Here’s how YOU can do the same thing:
1.Research top business lists – Top 25 Biggest Private Companies or Top 50 Fastest Growing Companies, and see what companies are moving up in their respective list. Don’t get stuck with who’s #1, #2, #3 but instead focus on who’s moving up the list by leaps and bounds: Who was #30 last year in sales and #18 this year? Who was #17 two years ago in numbers of employees and #7 this year? THESE are the companies to research further.
2. Check out social media when you find a company you’re interested in. This means not only your research on LinkedIn, especially the company page on LinkedIn, but Twitter, YouTube, Vimeo, Instagram, and other sites. Don’t scoff at these because here’s where you’ll find industry analysts making comments about up-and-coming companies.
3. Use good ol’ Google (or other favorite search engine) to research “new companies in financial services” – you never know what you’ll find.

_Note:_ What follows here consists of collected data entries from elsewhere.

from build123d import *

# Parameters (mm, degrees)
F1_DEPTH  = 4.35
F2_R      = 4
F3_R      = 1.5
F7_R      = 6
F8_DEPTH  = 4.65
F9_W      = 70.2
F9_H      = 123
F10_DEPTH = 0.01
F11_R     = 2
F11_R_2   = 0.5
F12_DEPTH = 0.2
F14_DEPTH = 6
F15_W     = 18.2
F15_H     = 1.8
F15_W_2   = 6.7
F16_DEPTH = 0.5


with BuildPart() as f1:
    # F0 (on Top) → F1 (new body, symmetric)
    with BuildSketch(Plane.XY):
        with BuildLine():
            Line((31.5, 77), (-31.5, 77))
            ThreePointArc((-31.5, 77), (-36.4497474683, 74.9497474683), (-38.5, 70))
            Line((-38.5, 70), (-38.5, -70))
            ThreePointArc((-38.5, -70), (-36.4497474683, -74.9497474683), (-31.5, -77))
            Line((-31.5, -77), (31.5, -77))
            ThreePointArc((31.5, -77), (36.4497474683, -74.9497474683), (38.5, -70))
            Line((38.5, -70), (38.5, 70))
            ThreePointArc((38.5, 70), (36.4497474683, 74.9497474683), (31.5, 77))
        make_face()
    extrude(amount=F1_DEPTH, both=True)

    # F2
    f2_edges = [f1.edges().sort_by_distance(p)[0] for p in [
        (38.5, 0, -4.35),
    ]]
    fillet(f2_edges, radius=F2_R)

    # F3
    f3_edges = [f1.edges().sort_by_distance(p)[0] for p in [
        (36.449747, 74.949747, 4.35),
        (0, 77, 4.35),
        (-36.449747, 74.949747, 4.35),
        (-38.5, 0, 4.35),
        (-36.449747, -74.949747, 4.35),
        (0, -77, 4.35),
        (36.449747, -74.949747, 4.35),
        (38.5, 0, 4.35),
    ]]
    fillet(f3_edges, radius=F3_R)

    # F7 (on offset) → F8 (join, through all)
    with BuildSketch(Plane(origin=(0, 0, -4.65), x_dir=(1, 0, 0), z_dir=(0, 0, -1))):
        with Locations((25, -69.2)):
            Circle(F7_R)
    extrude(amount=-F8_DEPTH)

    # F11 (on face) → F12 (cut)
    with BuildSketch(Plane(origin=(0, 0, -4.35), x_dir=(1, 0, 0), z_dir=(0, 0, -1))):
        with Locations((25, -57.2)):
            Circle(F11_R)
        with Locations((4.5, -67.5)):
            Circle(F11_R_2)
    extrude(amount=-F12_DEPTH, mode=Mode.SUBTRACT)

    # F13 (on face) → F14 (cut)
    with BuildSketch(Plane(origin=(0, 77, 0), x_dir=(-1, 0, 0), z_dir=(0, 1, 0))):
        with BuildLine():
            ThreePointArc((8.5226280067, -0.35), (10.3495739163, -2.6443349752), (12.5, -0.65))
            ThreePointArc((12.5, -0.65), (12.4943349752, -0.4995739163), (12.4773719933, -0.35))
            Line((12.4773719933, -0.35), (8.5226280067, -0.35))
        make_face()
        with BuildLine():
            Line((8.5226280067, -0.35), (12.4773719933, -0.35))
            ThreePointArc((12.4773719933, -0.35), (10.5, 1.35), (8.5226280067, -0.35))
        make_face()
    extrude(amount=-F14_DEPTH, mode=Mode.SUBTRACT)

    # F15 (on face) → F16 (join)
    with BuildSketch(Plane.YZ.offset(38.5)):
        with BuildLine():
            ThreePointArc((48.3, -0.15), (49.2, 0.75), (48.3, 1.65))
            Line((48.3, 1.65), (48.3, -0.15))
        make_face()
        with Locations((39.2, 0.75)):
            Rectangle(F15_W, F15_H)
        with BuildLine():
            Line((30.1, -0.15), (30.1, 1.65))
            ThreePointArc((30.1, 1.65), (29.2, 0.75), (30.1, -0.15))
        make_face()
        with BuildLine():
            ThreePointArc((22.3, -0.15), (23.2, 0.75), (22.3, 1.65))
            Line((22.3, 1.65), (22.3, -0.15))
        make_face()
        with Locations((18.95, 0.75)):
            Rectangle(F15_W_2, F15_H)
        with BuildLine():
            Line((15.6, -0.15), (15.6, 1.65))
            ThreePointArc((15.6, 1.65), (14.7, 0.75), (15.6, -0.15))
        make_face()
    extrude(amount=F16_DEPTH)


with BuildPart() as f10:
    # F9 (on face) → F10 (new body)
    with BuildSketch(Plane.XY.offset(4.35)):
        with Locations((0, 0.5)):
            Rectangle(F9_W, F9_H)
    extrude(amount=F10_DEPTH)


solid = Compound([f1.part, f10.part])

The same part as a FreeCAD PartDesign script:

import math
import FreeCAD as App
import Part
import Sketcher
Q = App.Units.Quantity


def edges_at(feature, points):
    """Names of the edges that pass closest to the given points."""
    edges = feature.Shape.Edges
    near = lambda p: min(range(len(edges)), key=lambda i: edges[i].distToShape(Part.Vertex(*p))[0])
    return sorted({f"Edge{near(p) + 1}" for p in points})


def add_polygon(sketch, points):
    """Adds a closed chain of lines whose ends are joined by coincident constraints."""
    first, n = sketch.GeometryCount, len(points)
    for a, b in zip(points, points[1:] + points[:1]):
        sketch.addGeometry(Part.LineSegment(App.Vector(*a, 0), App.Vector(*b, 0)), False)
    for i in range(n):
        sketch.addConstraint(Sketcher.Constraint("Coincident", first + i, 2, first + (i + 1) % n, 1))

doc = App.newDocument("Part")
body = doc.addObject("PartDesign::Body", "Body")

sketch1 = doc.addObject("Sketcher::SketchObject", "Sketch")
body.addObject(sketch1)
sketch1.AttachmentSupport = (doc.XY_Plane, [""])
sketch1.MapMode = "FlatFace"
sketch1.addGeometry(Part.LineSegment(App.Vector(32, 77, 0), App.Vector(-32, 77, 0)), False)
sketch1.addGeometry(Part.ArcOfCircle(Part.Circle(App.Vector(-32, 70, 0), App.Vector(0, 0, 1), 7), math.radians(90), math.radians(180)), False)
sketch1.addGeometry(Part.LineSegment(App.Vector(-38, 70, 0), App.Vector(-38, -70, 0)), False)
sketch1.addGeometry(Part.ArcOfCircle(Part.Circle(App.Vector(-32, -70, 0), App.Vector(0, 0, 1), 7), math.radians(180), math.radians(270)), False)
sketch1.addGeometry(Part.LineSegment(App.Vector(-32, -77, 0), App.Vector(32, -77, 0)), False)
sketch1.addGeometry(Part.ArcOfCircle(Part.Circle(App.Vector(32, -70, 0), App.Vector(0, 0, 1), 7), math.radians(-90), math.radians(0)), False)
sketch1.addGeometry(Part.LineSegment(App.Vector(38, -70, 0), App.Vector(38, 70, 0)), False)
sketch1.addGeometry(Part.ArcOfCircle(Part.Circle(App.Vector(32, 70, 0), App.Vector(0, 0, 1), 7), math.radians(0), math.radians(90)), False)
sketch1.addConstraint(Sketcher.Constraint("Tangent", 0, 2, 1, 1))
sketch1.addConstraint(Sketcher.Constraint("Tangent", 1, 2, 2, 1))
sketch1.addConstraint(Sketcher.Constraint("Tangent", 2, 2, 3, 1))
sketch1.addConstraint(Sketcher.Constraint("Tangent", 3, 2, 4, 1))
sketch1.addConstraint(Sketcher.Constraint("Tangent", 4, 2, 5, 1))
sketch1.addConstraint(Sketcher.Constraint("Tangent", 5, 2, 6, 1))
sketch1.addConstraint(Sketcher.Constraint("Tangent", 6, 2, 7, 1))
sketch1.addConstraint(Sketcher.Constraint("Tangent", 7, 2, 0, 1))
sketch1.addConstraint(Sketcher.Constraint("Horizontal", 0))
sketch1.addConstraint(Sketcher.Constraint("Vertical", 2))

4. Contact recruiters to ask about companies you’re starting to hear about. Now recruiters (executive recruiters, headhunters) are busy people, so make it worth talking with you by contacting them on LinkedIn (fewer messages come to anyone there versus email), asking for feedback that way first: “What do you know about A, B, and C companies?” If they have not heard of the companies, you are tipping them off to possible recruiting needs the companies may have, a “scoop” for them.
5. Check out the management team’s background
How have they been successful before, what is their track record? What kind of culture do they create, by establishing norms that guide behavior? How do they develop their people? What learning opportunities do they provide for their team? Where do they say they are they headed with the company? Research the individuals for clues to the reality of the company. Culture and atmosphere is set by the leadership team, no one else.
6. Research on LinkedIn, then network – the Search bar is your best friend in job search – once you have some company names, see who’s there. Almost everyone in business uses LinkedIn, so you’re likely to find possible contacts. Once you find those contacts, meet with them.
7. Talk to people – yes, network – with people at well-established companies in your field to find out what competitors do they fear? What companies are behind them right now but catching up?
8. Business Lead Groups
These are groups whose members share business leads with non-competitors, all servicing the same company. So there might be commercial realtor, an office designer, computer network and office equipment supplier, phone system vendor, and so on. Ask them who’s new in town who’s been great to deal with and you’ll get some ideas of new companies to investigate.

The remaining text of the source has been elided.